Thursday, February 24, 2005

Insiders or Outsiders: Bigger Risk?

NetworkWorldFusion features a debate between two authors. One writes Employees [are] the biggest threat to network security. The other says Intruders [are] the biggest threat to network security. My personal opinion is that rogue insiders have the potential to cause the most damage, but the frequency with which they appear and cause havoc is lower than people think. Outsiders, on the other hand, are frequently attacking and exploiting enterprises, but they are not often causing the sort of damage a rogue insider could.

What do you think? Which group presents the bigger risk? I decided to frame this question with respect to risk, since one can estimate risk using the equation

risk = threat X vulnerability X cost of asset (replacement) or "asset value"

On a related note, I found this October 2004 article by Anton Chuvakin to be interesting: Issues Discovering Compromised Machines. He begins by questioning the claim made by the authors of the book Exploiting Software, that "Most of the global 2000 companies are currently infiltrated by hackers. Every major financial institution not only has broken security, but hackers are actively exploiting them." While this is plausible, the level of exploitation is uncertain. Do intruders have complete control of all of these organizations, or are they contained in some manner? We will probably never see proof of this, but who knows what could happen after the latest T-Mobile disclosures.

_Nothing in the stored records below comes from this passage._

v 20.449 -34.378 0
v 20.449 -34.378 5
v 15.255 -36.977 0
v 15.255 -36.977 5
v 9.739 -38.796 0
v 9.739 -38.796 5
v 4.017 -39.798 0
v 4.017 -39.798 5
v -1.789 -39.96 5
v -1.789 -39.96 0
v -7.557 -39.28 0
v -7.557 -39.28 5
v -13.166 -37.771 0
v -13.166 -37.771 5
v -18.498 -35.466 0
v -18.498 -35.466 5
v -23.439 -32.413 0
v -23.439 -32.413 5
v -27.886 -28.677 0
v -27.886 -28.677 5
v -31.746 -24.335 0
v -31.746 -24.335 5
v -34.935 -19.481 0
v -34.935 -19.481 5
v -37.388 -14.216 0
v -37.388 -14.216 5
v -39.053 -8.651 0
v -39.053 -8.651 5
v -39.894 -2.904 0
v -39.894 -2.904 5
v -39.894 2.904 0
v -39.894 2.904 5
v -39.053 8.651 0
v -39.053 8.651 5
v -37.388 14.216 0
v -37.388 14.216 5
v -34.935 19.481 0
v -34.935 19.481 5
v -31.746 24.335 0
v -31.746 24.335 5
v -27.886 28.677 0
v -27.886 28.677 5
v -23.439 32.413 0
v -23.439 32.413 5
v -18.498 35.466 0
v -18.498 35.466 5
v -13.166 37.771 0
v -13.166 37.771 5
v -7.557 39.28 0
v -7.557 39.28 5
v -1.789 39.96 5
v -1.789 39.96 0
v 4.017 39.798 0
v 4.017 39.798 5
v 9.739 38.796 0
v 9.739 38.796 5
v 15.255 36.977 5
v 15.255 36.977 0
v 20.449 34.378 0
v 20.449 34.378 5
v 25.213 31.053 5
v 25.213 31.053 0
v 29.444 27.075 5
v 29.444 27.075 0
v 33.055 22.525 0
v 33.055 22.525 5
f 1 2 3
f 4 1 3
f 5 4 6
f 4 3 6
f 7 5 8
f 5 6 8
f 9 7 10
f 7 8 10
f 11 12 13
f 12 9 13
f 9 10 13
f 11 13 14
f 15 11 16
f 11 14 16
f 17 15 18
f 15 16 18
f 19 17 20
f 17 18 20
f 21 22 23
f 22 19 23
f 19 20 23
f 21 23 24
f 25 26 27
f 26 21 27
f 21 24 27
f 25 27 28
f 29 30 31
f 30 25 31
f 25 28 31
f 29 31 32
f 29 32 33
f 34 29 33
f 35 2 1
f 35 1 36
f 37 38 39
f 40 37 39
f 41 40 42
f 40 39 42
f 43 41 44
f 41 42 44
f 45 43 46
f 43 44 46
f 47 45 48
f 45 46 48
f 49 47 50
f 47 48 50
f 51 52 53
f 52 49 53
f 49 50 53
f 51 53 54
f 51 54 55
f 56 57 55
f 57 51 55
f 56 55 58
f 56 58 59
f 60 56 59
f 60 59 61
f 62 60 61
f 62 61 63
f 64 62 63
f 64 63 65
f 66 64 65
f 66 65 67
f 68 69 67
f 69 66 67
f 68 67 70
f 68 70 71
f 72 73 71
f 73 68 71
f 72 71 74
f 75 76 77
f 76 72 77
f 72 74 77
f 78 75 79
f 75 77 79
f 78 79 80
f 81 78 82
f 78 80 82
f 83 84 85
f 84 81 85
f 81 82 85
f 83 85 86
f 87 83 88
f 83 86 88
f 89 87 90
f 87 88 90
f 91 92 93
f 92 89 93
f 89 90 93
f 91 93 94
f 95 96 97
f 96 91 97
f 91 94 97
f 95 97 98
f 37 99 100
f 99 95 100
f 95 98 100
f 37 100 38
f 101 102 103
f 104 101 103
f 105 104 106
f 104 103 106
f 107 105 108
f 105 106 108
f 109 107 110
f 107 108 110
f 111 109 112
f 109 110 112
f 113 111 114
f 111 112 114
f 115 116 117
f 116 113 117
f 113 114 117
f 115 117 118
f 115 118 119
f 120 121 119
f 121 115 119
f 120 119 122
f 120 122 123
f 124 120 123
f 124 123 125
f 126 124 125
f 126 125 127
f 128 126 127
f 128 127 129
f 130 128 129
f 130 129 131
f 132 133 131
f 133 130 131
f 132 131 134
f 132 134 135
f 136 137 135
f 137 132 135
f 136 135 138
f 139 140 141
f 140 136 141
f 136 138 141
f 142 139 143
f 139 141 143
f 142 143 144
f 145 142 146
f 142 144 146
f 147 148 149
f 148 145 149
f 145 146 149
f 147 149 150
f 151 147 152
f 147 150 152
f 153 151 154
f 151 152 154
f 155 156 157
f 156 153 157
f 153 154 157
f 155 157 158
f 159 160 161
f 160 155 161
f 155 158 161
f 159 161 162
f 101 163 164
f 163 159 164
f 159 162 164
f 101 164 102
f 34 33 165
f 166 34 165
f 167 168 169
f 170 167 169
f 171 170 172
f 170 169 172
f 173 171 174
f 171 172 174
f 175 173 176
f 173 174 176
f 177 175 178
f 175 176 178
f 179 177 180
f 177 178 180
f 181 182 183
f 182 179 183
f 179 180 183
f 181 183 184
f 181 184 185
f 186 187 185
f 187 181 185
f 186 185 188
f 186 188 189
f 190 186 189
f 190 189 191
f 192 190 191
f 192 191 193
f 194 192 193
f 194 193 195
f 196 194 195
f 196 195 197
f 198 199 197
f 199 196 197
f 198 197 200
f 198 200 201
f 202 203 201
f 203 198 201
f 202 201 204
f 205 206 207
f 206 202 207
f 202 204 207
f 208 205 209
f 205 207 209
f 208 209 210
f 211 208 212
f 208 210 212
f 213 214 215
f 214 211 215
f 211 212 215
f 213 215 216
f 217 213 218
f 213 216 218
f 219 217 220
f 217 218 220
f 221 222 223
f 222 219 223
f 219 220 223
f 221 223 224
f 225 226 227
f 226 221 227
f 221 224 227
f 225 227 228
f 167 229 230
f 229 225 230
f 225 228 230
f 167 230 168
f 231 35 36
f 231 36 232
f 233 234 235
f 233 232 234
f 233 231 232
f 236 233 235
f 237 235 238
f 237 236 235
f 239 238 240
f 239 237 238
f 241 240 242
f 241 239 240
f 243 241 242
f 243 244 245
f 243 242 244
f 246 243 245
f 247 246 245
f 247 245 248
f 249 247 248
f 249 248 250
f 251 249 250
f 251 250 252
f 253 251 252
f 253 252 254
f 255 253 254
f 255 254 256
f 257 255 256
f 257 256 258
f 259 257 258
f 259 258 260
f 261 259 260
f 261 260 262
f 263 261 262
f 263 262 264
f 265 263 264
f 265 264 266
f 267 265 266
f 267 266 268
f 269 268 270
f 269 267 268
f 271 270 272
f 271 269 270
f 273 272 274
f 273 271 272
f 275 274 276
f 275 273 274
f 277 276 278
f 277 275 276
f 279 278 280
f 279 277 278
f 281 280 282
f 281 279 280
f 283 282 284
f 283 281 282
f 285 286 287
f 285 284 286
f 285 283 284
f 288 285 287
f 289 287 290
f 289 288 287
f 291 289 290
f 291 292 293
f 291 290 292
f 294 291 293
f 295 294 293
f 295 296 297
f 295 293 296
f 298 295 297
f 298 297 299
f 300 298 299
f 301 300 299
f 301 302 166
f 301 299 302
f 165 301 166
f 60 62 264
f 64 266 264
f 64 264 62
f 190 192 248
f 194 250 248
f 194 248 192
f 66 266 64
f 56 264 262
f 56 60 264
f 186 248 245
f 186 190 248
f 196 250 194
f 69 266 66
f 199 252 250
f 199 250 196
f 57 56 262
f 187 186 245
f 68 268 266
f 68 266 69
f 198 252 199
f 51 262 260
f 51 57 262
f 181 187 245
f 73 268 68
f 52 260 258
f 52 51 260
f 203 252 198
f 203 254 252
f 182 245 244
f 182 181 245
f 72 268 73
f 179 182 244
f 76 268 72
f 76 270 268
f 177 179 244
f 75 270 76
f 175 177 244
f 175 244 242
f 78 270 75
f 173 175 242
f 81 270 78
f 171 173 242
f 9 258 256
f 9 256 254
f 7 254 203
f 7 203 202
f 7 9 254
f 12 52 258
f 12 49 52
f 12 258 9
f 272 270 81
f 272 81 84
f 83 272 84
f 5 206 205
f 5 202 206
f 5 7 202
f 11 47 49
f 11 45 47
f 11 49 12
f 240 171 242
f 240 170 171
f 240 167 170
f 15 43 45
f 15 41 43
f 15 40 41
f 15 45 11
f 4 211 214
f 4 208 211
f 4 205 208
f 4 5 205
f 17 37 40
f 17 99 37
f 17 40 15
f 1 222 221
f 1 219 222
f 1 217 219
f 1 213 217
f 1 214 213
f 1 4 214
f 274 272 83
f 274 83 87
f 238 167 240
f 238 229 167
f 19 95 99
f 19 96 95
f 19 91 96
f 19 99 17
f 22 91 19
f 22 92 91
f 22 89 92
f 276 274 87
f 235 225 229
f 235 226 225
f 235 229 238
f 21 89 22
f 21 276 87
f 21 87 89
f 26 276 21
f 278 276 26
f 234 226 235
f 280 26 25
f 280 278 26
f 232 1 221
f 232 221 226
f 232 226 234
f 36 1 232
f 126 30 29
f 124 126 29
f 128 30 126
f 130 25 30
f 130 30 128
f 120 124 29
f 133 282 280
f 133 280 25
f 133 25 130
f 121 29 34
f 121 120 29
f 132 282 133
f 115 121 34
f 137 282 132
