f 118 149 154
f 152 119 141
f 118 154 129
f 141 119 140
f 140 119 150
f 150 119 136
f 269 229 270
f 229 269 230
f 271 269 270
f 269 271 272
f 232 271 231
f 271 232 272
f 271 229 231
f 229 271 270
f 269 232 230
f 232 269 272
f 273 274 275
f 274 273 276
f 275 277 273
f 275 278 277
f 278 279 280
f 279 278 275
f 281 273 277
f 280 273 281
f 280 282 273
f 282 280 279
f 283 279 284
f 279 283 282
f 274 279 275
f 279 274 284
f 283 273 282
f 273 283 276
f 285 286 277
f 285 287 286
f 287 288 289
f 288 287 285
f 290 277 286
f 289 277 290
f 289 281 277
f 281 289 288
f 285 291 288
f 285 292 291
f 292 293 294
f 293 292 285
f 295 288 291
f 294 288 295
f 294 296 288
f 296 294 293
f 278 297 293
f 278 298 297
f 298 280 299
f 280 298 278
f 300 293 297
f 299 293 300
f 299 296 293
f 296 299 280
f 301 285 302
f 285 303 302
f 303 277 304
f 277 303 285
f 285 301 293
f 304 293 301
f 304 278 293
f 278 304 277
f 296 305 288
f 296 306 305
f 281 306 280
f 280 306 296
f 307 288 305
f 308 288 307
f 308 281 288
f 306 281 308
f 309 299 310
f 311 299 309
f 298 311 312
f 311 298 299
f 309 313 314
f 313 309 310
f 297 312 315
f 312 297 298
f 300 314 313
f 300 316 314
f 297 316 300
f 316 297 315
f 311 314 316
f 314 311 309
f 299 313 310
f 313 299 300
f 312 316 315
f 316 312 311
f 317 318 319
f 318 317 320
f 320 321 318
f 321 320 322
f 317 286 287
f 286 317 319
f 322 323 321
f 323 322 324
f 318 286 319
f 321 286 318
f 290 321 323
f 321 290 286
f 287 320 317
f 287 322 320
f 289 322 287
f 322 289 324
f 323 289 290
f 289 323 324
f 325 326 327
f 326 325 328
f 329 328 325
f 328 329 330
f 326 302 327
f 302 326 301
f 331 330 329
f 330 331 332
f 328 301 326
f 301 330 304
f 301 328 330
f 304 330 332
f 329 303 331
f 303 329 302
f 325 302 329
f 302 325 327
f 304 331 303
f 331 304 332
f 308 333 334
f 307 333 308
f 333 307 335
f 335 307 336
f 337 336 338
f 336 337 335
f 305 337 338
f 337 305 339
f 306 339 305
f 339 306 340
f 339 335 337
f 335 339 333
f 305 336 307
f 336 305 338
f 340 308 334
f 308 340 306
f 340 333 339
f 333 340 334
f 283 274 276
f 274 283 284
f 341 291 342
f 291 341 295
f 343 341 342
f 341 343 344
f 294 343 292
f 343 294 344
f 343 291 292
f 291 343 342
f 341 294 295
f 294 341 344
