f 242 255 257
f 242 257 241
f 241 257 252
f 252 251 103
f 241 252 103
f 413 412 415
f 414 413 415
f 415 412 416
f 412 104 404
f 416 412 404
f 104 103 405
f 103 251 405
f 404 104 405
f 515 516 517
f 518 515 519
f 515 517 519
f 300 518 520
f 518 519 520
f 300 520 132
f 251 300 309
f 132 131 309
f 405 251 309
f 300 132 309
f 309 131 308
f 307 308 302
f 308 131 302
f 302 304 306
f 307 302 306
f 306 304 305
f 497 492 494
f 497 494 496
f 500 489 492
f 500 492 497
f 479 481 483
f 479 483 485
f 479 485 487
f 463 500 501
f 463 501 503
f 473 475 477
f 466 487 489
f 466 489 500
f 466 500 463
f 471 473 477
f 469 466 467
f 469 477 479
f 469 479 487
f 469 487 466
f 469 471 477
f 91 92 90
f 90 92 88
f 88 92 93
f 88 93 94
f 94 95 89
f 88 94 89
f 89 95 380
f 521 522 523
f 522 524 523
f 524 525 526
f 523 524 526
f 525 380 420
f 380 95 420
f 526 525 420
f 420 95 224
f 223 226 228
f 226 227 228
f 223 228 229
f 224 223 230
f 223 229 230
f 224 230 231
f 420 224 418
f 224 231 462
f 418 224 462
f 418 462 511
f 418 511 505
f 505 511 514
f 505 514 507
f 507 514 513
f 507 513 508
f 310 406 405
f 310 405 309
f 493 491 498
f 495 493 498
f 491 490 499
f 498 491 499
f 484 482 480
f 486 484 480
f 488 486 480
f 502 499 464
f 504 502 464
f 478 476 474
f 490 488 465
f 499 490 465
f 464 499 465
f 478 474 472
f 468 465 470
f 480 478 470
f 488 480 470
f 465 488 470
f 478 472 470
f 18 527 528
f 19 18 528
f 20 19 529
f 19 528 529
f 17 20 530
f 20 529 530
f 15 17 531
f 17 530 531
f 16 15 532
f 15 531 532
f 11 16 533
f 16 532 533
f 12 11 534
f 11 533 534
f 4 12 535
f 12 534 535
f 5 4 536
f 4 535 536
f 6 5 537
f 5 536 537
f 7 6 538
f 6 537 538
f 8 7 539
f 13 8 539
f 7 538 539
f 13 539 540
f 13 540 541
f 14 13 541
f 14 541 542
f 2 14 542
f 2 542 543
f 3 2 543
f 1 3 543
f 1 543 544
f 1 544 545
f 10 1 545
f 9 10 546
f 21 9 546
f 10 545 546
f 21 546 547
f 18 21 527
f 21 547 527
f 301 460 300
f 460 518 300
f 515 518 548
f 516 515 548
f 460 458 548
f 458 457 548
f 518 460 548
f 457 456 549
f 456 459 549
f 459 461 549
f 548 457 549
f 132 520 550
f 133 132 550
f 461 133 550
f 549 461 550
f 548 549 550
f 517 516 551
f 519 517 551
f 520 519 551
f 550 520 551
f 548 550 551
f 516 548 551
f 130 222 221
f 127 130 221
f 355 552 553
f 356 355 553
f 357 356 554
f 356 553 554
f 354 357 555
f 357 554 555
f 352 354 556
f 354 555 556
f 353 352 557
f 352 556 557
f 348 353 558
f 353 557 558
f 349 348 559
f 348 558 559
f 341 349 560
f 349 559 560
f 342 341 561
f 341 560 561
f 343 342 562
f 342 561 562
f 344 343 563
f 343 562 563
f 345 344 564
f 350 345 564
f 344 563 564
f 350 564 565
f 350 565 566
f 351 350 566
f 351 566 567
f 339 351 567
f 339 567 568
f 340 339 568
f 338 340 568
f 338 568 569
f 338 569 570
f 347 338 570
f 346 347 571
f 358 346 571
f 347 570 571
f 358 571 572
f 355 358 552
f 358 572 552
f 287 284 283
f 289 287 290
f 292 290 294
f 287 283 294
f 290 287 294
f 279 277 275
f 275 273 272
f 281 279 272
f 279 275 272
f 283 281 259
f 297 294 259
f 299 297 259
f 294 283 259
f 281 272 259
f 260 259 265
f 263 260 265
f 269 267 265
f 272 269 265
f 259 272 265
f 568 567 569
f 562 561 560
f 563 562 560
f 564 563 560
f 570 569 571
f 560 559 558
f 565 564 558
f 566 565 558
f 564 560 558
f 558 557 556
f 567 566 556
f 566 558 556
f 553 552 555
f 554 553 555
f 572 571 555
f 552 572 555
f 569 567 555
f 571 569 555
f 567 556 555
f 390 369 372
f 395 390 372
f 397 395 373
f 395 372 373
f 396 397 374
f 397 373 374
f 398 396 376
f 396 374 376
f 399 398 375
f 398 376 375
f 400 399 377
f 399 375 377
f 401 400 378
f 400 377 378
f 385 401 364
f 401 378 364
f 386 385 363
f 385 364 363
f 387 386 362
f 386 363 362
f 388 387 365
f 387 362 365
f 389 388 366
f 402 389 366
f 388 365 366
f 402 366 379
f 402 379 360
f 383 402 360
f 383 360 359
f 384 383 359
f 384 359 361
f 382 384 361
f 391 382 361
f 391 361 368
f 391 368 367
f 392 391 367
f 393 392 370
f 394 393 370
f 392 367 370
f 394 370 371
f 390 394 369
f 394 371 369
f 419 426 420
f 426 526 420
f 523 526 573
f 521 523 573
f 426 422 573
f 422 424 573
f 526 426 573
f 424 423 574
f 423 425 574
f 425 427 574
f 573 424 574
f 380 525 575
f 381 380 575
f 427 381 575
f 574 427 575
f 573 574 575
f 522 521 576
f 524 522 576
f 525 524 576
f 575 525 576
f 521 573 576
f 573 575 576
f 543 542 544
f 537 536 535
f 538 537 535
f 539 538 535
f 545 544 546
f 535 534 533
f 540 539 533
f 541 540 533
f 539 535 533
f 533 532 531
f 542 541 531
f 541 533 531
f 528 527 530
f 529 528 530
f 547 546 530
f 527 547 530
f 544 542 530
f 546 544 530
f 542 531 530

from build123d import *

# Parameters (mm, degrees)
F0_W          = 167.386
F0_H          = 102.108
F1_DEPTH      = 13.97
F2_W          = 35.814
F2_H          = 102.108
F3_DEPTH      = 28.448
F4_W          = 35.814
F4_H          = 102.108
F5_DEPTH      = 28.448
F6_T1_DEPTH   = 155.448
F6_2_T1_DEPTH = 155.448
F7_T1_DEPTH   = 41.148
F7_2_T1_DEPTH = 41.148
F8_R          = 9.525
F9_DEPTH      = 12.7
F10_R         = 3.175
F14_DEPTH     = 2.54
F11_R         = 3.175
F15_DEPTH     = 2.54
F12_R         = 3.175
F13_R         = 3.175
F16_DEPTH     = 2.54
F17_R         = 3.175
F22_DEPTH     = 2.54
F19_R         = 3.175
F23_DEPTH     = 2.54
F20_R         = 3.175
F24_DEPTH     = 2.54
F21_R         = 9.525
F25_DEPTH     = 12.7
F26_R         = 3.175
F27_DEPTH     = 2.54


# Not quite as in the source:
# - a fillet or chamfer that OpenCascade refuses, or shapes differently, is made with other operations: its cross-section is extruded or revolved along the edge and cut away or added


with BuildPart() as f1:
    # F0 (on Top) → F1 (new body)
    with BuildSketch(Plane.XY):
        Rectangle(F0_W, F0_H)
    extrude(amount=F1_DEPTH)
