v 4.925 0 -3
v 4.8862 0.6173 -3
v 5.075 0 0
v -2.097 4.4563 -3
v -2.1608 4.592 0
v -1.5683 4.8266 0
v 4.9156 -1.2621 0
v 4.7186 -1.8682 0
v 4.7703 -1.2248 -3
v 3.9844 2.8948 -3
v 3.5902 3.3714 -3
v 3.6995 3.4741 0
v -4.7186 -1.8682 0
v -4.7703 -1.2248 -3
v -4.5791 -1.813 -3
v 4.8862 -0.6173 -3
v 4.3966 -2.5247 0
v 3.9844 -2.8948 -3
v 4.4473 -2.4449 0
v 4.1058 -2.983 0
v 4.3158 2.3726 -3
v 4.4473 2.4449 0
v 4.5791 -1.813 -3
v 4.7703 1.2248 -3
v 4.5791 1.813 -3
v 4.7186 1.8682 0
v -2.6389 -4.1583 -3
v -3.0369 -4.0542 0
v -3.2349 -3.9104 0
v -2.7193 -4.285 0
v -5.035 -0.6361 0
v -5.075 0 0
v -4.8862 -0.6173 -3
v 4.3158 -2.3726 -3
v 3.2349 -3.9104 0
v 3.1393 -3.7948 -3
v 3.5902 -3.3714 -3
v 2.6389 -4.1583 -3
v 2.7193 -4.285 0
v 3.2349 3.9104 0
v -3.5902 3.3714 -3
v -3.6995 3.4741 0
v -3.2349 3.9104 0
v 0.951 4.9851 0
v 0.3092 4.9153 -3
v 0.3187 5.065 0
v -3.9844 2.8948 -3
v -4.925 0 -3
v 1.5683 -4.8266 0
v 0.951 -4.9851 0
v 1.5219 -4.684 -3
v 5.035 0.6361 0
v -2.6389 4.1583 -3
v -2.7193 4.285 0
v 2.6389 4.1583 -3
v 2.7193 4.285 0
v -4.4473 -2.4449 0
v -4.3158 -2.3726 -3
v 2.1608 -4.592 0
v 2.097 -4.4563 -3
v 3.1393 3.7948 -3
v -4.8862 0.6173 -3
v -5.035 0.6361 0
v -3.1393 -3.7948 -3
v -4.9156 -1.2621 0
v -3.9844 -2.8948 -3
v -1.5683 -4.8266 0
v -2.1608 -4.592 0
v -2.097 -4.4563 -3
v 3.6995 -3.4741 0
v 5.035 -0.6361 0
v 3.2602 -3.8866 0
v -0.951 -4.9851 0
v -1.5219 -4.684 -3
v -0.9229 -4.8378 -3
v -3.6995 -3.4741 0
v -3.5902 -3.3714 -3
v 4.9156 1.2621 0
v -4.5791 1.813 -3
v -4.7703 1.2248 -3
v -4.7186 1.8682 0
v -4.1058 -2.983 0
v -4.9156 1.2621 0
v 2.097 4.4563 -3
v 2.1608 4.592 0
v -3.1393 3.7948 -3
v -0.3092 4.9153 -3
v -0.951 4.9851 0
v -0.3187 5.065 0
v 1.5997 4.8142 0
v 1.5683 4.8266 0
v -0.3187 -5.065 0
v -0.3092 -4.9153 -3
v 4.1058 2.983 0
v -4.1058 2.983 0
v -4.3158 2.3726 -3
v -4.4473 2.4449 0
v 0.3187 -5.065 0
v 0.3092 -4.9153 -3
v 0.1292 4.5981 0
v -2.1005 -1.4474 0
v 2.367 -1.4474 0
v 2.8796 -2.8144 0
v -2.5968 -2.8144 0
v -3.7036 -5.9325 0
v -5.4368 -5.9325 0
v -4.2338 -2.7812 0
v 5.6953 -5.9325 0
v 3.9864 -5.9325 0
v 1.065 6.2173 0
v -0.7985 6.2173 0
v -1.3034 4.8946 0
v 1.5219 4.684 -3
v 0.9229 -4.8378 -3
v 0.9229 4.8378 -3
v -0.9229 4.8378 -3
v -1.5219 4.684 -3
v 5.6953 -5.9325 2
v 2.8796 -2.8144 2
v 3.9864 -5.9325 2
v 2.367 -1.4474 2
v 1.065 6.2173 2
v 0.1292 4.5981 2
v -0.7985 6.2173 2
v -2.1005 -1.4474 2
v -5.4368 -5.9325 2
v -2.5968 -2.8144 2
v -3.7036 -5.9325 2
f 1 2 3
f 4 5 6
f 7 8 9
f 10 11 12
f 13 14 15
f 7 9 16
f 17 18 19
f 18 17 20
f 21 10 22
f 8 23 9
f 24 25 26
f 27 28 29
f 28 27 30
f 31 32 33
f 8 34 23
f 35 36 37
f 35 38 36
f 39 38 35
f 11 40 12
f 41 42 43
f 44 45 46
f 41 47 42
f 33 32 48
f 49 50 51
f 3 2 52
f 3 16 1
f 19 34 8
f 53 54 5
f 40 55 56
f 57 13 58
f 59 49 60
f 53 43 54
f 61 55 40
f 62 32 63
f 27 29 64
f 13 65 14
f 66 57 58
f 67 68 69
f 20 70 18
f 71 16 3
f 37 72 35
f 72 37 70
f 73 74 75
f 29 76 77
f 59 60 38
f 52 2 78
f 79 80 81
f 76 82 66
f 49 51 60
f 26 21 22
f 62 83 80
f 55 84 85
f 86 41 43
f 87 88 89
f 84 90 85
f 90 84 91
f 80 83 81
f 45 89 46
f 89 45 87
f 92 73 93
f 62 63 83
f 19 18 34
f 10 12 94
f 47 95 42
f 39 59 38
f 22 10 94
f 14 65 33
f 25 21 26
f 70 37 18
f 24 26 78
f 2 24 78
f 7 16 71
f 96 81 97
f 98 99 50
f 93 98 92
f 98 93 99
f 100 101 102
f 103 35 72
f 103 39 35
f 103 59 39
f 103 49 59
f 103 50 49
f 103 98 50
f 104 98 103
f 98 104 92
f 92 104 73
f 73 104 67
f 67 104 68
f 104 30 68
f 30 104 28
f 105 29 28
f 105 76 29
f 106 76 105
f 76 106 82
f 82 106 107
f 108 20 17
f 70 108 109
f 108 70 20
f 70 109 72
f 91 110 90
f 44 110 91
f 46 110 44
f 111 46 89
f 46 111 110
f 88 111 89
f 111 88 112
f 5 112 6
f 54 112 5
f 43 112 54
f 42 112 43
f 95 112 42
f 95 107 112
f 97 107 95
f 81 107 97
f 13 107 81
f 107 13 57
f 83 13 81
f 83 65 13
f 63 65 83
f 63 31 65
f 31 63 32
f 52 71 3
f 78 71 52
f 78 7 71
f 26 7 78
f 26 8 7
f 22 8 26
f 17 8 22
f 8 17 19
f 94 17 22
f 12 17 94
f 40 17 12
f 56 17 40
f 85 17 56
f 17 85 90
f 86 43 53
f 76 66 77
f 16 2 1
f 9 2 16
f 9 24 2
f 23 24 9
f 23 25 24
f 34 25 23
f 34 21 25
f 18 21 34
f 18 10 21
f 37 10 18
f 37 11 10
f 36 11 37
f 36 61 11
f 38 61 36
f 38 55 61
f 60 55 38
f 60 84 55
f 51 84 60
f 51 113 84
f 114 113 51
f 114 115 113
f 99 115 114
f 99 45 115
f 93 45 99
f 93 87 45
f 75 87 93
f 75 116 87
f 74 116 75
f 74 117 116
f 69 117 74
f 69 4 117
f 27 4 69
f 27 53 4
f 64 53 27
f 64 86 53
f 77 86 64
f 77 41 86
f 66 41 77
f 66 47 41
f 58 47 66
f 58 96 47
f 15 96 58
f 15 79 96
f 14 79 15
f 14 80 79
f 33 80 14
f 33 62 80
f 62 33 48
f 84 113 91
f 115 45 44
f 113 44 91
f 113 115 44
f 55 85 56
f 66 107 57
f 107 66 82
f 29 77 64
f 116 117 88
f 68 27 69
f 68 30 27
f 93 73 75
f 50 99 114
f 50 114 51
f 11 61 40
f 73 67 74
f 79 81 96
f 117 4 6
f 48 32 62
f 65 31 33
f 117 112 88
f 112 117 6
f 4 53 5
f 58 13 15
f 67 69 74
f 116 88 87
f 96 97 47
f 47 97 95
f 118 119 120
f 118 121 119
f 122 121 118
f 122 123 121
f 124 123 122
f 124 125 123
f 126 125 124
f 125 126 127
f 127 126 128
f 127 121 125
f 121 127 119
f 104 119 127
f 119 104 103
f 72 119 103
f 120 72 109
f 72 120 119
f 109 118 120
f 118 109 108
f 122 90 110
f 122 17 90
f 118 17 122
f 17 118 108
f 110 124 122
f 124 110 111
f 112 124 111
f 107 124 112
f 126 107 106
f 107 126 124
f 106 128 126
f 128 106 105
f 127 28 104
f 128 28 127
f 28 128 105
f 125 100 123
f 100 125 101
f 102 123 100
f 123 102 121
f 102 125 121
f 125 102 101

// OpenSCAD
$fn = 50;

difference() {
	union() {
		translate(v = [0, 0, -3.0]) {
			cylinder(h = 3, r1 = 4.925, r2 = 5.075);
		}
		linear_extrude(height = 2) {
			text(font = "Impact", halign = "center", size = 12, text = "A", valign = "center");
		}
	}
	union();
}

On another related note, Microsoft security expert and employee Robert Hensing has been on a blogging tear. He is posting details of some incident responses he has done. They make for good reading.


Martin McKeay said...

I think the question is a little misleading to begin with. If you are looking at the insider threat as a possible source of boxes being compromised, than I would have to agree that the risk is much greater from the outside than from the inside. The number of probes and intrusion attempts from the Internet or other external sources outweighs the internal threats by a significant number, probably on the order of 10 or 100 times the internal threat.

But when I think about insider threats, I'm less worried about a malicious hacker compromising my database than I am a legitimate employee misusing the the access they've been given to the same database. As the IDS analyst, it is nearly impossible for me to have any visibility into this internal traffic, let alone differentiate between legitimate traffic and abuse of access.

Internal threats are usually less about a keystroke logger or compromised systems, and more about poor access controls in the database. Is that outside the purview of the network administrators? I think it has to be.

Anonymous said...

I would have to put a little more weight on insider threats. In addition to points already made, "insiders" sometimes cause accidental issues, disclosure of information, or installation of prohibited software. Malicious, evil insiders, I will agree are rarer than most people think, but the number of honest mistakes or simple non-compliance with security standards makes up a good chunk of incidents, and a very good chunk of the root cause of an incident (creating a vulnerability that an outsider takes advantage of).

In taking the question very strictly, I think internal employees are the bigger threat to network security.


Anonymous said...

this paper addresses this discussion nicely. slides 23-24 pretty much fill in some nice missing gaps. however, if i were an organization i would assume that any of the above, or even all of them could be working together against you (insiders, miscreants, state-sponsored, terrorists, international organized crime rings). it doesn't have to be paranoia, but it's a part of analyzing your risk. it's my personal opinion that corporate espionage is the highest risk for damage to the internet in general with lower occurances (maybe 2 to 10 times per year). however, this might not apply to your specific organization, as reliance on the internet or wifi or whatnot various place to place.